Usage¶
Given a sequence database (in FASTA format), vpsearch build constructs an
optimized vantage point search tree. Building the tree is a one-time operation
and doesn’t have to be done again unless the database changes. As an
illustration, we build a vantage point tree for a database of sequences
obtained by trimming the GTDB 16S database to the v3-v4 hypervariable
region. This database contains 10875 unique sequences, and can be found (in
compressed form) in the data/ directory inside this repository:
$ vpsearch build bac120_ssu_reps_r207-sliced-dedup.fa.gz
Building for 10875 sequences...done.
Linearizing...done.
Database created in bac120_ssu_reps_r207-sliced-dedup.fa.db
As this is a relatively small database, the process finishes quickly, in about 10 seconds. For larger databases, such as the RDP database of full length sequences, this may take longer. For example, building an index for the RDP database takes about 20 minutes on a standard machine.
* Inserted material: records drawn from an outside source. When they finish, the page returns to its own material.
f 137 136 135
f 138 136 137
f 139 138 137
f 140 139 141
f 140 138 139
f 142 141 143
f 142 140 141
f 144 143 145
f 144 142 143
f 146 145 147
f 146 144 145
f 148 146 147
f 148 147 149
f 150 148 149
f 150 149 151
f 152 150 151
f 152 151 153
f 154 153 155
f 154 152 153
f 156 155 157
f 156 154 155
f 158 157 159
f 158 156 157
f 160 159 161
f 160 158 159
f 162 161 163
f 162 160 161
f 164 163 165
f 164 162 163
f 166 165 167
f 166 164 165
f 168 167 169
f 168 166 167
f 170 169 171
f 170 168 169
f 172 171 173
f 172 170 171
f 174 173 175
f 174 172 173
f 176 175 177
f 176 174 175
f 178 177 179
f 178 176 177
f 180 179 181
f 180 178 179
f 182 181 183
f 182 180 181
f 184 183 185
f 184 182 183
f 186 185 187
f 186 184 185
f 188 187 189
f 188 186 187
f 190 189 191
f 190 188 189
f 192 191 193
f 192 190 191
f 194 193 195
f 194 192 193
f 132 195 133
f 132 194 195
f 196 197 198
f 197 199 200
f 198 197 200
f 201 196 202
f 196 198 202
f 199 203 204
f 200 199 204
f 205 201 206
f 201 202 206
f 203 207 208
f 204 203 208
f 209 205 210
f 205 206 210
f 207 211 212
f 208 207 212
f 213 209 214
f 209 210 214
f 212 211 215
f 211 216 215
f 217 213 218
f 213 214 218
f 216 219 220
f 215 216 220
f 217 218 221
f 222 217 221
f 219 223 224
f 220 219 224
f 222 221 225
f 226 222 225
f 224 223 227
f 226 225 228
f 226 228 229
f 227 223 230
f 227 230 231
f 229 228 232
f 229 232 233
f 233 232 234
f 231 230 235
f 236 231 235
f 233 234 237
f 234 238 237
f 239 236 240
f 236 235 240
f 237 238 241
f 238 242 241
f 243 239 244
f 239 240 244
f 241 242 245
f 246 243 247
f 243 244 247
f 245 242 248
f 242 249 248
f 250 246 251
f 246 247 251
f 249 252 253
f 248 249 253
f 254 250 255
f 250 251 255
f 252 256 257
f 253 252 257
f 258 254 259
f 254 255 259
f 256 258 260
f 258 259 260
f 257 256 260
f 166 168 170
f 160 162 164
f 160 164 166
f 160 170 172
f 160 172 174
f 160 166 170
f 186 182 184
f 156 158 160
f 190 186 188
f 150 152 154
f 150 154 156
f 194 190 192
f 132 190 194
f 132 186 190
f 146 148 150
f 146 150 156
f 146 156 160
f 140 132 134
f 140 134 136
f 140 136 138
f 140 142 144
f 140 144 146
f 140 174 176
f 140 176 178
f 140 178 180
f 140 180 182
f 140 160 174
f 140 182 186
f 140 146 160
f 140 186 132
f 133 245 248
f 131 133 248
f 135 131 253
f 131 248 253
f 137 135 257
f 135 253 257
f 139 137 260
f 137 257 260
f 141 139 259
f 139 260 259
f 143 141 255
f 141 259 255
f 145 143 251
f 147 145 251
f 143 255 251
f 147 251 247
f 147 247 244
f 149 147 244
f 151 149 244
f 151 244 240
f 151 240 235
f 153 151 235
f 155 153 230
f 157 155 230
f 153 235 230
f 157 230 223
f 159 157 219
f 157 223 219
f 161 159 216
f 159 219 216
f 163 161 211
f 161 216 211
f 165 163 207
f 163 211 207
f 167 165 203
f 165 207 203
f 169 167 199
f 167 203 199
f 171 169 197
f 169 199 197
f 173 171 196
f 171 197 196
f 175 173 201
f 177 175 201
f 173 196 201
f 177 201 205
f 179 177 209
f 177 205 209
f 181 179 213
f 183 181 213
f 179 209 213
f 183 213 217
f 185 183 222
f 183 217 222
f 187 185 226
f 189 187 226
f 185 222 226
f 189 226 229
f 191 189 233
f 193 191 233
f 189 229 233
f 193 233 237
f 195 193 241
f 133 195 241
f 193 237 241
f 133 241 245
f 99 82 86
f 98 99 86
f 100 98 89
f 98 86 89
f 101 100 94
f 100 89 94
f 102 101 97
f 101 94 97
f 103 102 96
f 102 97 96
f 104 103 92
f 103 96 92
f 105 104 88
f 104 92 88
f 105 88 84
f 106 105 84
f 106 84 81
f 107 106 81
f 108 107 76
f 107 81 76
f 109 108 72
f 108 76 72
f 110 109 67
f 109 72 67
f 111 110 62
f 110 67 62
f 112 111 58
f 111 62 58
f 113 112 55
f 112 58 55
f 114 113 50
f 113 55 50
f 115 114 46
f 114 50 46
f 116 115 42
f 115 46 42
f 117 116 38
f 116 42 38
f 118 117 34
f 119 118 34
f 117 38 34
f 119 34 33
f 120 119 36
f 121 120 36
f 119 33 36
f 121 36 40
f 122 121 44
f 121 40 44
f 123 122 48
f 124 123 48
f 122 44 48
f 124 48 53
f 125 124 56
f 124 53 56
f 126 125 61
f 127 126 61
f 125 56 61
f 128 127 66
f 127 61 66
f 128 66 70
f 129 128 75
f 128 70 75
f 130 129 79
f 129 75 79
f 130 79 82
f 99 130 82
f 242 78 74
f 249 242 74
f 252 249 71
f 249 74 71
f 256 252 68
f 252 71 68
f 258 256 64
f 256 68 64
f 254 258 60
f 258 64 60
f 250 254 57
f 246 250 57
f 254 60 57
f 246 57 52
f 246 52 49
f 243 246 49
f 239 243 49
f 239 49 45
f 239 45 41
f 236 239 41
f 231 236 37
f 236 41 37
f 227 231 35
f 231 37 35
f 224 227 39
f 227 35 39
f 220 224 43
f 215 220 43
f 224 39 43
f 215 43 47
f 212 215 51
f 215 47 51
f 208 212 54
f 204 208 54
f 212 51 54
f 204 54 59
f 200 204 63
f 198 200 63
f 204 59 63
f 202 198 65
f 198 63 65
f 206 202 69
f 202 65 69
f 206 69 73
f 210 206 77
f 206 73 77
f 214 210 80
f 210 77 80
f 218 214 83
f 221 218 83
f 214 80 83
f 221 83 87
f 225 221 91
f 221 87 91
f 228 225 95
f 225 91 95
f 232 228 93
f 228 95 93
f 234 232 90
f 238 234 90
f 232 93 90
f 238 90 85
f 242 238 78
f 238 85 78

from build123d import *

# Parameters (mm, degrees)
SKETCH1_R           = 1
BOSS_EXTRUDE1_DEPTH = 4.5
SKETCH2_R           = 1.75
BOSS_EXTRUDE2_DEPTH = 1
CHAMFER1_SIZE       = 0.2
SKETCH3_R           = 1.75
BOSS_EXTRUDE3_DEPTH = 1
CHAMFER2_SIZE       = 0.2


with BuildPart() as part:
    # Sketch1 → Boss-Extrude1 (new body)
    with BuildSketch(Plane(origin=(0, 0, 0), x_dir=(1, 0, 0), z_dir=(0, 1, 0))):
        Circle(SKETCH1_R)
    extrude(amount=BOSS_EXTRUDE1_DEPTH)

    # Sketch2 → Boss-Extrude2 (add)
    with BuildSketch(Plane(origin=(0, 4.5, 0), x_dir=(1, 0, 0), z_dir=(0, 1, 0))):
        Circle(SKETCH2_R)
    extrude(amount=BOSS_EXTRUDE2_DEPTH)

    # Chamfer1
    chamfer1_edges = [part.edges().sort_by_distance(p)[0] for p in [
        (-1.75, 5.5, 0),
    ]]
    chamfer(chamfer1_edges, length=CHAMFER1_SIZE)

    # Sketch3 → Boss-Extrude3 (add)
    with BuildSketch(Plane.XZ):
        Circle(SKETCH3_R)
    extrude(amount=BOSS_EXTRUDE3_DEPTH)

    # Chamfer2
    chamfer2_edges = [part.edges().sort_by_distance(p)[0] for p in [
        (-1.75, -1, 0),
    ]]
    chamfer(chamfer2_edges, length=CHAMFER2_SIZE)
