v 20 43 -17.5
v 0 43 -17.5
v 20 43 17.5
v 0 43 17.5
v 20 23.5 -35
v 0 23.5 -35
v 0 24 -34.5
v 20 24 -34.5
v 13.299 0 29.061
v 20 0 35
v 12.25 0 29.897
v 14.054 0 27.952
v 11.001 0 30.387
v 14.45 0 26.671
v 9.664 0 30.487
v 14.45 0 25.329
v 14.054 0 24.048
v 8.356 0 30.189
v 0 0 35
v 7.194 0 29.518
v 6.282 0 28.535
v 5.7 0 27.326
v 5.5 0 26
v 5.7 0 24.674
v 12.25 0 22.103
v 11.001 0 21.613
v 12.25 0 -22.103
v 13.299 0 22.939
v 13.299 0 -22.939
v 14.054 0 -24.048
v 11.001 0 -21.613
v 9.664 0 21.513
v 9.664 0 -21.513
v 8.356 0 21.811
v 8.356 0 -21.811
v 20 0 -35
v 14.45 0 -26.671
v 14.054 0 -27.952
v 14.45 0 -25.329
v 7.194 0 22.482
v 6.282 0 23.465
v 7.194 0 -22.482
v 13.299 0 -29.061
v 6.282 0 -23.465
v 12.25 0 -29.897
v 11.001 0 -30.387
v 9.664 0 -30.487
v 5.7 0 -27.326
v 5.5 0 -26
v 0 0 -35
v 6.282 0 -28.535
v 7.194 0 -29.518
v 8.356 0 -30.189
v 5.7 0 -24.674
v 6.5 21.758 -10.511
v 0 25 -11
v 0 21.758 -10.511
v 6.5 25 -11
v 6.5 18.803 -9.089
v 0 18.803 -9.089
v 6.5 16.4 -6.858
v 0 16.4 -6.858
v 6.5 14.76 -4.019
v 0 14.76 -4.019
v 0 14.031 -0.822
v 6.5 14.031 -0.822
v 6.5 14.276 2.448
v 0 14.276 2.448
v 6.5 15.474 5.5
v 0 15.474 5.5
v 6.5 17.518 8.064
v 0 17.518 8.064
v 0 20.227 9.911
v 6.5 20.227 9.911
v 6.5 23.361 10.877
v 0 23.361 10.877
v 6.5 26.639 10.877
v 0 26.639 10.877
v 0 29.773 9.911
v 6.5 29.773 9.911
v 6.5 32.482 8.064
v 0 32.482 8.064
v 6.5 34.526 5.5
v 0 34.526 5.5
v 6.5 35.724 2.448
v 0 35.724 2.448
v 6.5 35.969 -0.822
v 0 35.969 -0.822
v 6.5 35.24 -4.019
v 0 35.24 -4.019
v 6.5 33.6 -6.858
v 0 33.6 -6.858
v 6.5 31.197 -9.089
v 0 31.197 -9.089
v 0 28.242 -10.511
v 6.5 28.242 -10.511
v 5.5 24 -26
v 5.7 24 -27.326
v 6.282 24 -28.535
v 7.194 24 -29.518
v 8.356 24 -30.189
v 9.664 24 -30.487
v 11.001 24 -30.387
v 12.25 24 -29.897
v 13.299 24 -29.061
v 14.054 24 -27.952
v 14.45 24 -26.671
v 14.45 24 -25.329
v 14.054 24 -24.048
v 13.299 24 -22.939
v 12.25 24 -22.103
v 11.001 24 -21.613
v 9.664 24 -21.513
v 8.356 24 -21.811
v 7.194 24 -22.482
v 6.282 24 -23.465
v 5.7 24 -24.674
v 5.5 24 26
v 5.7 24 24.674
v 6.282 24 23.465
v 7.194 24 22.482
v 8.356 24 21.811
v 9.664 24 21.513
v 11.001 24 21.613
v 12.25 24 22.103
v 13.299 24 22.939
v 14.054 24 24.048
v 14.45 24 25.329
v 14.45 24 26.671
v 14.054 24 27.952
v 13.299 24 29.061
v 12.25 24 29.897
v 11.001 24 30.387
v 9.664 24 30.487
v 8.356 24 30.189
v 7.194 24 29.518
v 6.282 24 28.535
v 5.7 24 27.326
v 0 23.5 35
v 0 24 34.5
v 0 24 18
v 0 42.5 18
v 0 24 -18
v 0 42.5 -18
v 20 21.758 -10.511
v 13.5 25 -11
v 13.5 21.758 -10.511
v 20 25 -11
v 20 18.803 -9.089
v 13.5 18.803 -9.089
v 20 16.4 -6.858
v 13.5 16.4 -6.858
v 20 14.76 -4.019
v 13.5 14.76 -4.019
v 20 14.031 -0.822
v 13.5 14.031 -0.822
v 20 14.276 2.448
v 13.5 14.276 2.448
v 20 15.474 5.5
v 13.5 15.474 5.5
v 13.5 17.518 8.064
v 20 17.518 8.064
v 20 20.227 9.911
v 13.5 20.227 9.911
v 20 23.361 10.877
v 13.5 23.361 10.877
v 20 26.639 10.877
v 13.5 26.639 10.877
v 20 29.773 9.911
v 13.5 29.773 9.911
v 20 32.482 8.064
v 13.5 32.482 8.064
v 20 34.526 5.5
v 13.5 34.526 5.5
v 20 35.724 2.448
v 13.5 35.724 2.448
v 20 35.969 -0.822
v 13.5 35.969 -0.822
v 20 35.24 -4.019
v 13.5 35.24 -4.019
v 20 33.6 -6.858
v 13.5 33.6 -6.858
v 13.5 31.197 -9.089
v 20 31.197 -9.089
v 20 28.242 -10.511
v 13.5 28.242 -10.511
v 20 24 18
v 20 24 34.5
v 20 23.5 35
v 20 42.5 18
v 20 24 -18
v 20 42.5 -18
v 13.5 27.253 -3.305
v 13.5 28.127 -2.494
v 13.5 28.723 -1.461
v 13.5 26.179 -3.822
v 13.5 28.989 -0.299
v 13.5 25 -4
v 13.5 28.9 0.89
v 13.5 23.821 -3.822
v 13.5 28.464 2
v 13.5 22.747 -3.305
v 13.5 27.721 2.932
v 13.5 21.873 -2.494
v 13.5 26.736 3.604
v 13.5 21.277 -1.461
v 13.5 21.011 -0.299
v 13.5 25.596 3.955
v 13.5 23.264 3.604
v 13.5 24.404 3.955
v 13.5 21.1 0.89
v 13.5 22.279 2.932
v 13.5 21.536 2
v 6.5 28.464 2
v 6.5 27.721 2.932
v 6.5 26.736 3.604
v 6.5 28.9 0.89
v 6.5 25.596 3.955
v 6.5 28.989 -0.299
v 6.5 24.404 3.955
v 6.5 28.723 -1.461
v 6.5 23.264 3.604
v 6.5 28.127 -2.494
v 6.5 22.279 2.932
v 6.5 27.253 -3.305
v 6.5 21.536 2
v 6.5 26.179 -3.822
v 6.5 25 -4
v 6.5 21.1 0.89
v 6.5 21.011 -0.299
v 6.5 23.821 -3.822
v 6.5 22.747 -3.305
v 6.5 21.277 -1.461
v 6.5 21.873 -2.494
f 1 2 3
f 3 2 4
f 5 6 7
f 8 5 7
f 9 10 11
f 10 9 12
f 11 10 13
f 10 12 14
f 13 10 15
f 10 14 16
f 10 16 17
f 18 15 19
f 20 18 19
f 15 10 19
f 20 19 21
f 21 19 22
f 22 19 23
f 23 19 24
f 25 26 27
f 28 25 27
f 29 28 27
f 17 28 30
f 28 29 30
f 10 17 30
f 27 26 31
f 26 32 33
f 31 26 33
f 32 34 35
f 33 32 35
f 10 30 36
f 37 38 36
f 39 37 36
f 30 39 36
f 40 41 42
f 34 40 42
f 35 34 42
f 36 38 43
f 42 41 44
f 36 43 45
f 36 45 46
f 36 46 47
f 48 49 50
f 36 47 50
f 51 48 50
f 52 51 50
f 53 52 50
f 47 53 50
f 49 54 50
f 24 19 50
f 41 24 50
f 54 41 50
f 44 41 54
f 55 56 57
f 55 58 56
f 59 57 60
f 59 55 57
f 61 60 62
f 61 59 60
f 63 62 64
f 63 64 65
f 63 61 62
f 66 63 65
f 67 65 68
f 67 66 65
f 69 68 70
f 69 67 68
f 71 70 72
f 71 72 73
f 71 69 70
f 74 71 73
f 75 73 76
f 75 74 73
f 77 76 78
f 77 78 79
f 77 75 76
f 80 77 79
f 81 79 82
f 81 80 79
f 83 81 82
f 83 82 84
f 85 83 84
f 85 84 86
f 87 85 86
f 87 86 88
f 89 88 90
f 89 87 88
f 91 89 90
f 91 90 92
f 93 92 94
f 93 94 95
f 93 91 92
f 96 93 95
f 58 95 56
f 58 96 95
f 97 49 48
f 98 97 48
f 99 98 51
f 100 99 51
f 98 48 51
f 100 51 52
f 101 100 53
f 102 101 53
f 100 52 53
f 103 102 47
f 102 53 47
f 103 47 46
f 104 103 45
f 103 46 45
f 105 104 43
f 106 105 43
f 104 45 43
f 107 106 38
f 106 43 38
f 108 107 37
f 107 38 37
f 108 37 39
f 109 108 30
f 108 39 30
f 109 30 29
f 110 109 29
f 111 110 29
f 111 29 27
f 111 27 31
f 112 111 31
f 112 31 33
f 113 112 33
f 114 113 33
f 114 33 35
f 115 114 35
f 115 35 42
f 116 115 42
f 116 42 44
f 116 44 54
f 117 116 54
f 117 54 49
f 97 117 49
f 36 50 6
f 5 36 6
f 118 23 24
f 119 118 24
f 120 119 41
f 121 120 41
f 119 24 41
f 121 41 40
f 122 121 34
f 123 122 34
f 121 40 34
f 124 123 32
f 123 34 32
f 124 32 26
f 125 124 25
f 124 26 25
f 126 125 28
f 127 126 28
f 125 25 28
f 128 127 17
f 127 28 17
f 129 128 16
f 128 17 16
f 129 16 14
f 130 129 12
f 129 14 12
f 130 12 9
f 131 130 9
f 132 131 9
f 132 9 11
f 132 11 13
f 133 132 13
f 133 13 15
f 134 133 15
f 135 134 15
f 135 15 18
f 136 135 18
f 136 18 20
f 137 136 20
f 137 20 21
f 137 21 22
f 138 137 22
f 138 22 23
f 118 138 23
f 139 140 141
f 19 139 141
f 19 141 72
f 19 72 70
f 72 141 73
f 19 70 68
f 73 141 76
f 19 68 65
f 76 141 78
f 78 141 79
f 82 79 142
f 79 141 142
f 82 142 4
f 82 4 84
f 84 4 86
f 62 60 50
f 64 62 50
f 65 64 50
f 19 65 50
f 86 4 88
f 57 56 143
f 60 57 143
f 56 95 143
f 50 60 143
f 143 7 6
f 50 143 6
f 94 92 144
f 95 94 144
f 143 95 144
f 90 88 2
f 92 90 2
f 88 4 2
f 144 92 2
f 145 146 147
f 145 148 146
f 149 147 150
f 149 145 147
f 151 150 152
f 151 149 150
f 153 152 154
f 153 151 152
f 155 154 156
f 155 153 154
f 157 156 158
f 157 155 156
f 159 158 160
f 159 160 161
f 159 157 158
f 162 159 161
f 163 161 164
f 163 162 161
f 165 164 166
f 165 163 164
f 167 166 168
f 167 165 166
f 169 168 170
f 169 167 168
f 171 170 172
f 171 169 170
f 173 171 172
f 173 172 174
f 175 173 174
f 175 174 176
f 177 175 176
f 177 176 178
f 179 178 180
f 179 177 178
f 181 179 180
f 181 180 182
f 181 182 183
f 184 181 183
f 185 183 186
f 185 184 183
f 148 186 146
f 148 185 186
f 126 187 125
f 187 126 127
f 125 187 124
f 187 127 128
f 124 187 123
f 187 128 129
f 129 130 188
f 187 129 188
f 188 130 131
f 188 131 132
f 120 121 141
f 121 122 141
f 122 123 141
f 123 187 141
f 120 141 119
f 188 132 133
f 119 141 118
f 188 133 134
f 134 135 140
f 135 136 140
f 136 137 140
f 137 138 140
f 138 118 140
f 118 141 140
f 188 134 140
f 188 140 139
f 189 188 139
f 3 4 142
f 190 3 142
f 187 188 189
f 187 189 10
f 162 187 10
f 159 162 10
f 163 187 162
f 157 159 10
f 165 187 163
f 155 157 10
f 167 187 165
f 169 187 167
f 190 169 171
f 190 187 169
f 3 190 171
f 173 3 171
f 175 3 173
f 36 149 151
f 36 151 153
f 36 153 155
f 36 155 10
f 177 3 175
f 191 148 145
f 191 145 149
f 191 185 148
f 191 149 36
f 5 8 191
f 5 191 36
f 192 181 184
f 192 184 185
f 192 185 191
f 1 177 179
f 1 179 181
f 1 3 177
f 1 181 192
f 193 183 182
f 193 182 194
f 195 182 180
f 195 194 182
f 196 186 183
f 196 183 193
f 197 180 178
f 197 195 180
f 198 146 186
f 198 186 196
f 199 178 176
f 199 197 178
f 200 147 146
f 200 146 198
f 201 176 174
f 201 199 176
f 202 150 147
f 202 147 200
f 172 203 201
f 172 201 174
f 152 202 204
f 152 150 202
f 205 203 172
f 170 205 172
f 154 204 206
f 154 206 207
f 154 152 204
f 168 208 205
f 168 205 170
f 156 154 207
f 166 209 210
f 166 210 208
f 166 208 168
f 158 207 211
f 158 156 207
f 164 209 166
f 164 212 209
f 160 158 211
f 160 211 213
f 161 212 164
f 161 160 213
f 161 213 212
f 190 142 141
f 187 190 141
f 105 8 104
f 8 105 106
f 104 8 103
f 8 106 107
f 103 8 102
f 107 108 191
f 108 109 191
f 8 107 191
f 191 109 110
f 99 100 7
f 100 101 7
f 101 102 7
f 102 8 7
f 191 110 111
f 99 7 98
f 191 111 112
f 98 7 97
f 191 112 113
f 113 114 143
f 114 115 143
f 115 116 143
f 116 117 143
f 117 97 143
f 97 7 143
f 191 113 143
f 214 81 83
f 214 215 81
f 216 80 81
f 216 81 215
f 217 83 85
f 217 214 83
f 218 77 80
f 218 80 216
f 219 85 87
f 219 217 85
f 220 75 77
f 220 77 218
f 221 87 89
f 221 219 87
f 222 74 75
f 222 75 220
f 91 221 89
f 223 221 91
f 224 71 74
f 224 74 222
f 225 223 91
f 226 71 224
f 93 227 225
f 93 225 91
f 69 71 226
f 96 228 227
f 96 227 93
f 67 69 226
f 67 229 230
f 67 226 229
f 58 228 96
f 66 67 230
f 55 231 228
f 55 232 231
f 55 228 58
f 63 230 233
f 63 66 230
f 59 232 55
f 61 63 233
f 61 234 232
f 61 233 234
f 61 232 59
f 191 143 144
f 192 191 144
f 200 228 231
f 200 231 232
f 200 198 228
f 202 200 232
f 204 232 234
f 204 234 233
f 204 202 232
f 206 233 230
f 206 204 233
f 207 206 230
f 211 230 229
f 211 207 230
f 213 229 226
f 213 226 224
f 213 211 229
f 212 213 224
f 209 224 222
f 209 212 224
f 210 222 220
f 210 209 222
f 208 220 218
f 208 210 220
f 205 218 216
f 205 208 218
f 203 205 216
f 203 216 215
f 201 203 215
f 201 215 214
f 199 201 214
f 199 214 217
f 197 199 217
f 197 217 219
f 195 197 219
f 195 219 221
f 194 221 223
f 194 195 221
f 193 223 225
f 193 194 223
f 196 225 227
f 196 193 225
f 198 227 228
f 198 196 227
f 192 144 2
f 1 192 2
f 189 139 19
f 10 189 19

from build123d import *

# Parameters (mm, degrees)
BOSS_EXTRUDE1_DEPTH = 20
DIAMETERHOLE1_D     = 9


with BuildPart() as part:
    # Sketch1 → Boss-Extrude1 (new body)
    with BuildSketch(Plane(origin=(0, 0, 0), x_dir=(0, 0, -1), z_dir=(1, 0, 0))):
        Polygon((-18, 42.5), (-18, 24), (-34.5, 24), (-35, 23.5), (-35, 0), (35, 0), (35, 23.5), (34.5, 24), (18, 24), (18, 42.5), (17.5, 43), (-17.5, 43), align=None)
    extrude(amount=BOSS_EXTRUDE1_DEPTH)

    # Sketch4 → Cut-Revolve1 (revolve, cut)
    with BuildSketch(Plane.XY):
        Polygon((0, 36), (6.5, 36), (6.5, 29), (13.5, 29), (13.5, 36), (20, 36), (20, 25), (0, 25), align=None)
    revolve(axis=Axis((20, 25, 0), (-1, 0, 0)), mode=Mode.SUBTRACT)

    # DiameterHole1 (through all)
    with Locations(Plane(origin=(0, 24, 0), x_dir=(1, 0, 0), z_dir=(0, 1, 0))):
        with Locations((10, -26), (10, 26)):
            Hole(DIAMETERHOLE1_D / 2)


solid = part.part
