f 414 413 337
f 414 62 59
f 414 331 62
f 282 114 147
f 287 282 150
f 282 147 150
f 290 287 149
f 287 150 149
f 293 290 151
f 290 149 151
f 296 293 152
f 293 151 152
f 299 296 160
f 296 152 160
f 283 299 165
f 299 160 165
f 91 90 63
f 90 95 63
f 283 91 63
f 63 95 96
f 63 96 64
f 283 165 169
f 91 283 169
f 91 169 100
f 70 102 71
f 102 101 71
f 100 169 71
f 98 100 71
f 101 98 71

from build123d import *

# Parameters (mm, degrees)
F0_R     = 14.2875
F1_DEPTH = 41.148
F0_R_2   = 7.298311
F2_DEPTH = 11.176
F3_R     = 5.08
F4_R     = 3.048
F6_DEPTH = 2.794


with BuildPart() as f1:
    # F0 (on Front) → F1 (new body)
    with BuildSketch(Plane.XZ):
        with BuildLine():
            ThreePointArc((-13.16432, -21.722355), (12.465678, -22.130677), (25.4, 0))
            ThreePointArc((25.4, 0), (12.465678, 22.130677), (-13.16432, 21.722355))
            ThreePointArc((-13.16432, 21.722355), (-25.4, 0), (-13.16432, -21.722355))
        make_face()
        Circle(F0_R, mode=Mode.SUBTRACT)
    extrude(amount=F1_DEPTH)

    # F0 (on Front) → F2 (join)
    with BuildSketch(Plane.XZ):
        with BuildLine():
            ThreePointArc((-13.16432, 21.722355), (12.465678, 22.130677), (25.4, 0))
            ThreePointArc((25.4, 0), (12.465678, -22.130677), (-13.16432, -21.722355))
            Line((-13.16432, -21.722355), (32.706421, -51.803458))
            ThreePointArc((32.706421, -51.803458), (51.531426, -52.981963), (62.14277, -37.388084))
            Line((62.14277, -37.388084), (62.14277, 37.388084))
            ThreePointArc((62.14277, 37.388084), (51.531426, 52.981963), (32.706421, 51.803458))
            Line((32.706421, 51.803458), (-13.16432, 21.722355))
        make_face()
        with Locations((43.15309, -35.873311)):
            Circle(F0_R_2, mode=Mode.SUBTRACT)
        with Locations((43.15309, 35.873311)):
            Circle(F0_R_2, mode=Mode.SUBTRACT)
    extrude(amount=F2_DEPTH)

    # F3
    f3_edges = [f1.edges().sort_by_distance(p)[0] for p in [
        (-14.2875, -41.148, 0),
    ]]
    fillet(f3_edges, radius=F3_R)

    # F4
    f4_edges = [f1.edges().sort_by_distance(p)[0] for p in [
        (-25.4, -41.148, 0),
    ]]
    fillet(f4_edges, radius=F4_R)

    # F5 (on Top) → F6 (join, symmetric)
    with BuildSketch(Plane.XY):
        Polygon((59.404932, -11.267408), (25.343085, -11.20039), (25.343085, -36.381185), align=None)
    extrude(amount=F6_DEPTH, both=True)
Once a tree has been built, unknown sequences can be looked up using the
vpsearch query command. Here we supply a query file with a single
sequence. The query.fa file can also be found in the data/ directory and
represents a Lactobacillus helsingborgensis sample whose sequence was
downloaded from RefSeq. We see that we have a perfect match with
RS_GCF_000970855.1, which happens to be the same sequence. Other matches are
highly similar but not identical, and represent different species of
Lactobacillus (kimbladii, melliventris, and panisapium, respectively):
$ vpsearch query bac120_ssu_reps_r207-sliced-dedup.fa.db query.fa
NR_126253.1 RS_GCF_000970855.1 100.00 253 0 0 1 253 1 253 0 1265
NR_126253.1 RS_GCF_014323605.1 98.81 253 0 0 1 253 1 253 0 1238
NR_126253.1 RS_GCF_013346935.1 98.02 253 0 0 1 253 1 253 0 1220
NR_126253.1 RS_GCF_002916935.1 97.63 253 0 0 1 253 1 253 0 1211
By default, the vpsearch query command outputs the best four matches in the
database per query sequence (the number of matches can be changed with the -k
parameter). Lookup is done one query sequence at a time, but multiple queries
can be considered in parallel by enabling multiple threads; use the -j option
to specify the number of threads.
The vpsearch query command attempts to output its results in the standard
BLAST tabular format. The interpretation of the columns is as follows:
Column name |
Example |
Notes |
|---|---|---|
query ID |
NR_126253.1 |
|
subject ID |
RS_GCF_014323605.1 |
|
% identity |
98.81 |
|
alignment length |
253 |
|
mismatches |
0 |
currently not implemented |
gap openings |
0 |
currently not implemented |
query start |
1 |
|
query end |
253 |
|
subject start |
1 |
|
subject end |
253 |
|
E-value |
0 |
N/A (always 0) |
bit score |
1238 |
interpreted as the alignment score |
Note that the number of mismatches and gap openings are currently not displayed in the result output. This will be addressed in a future version of the package.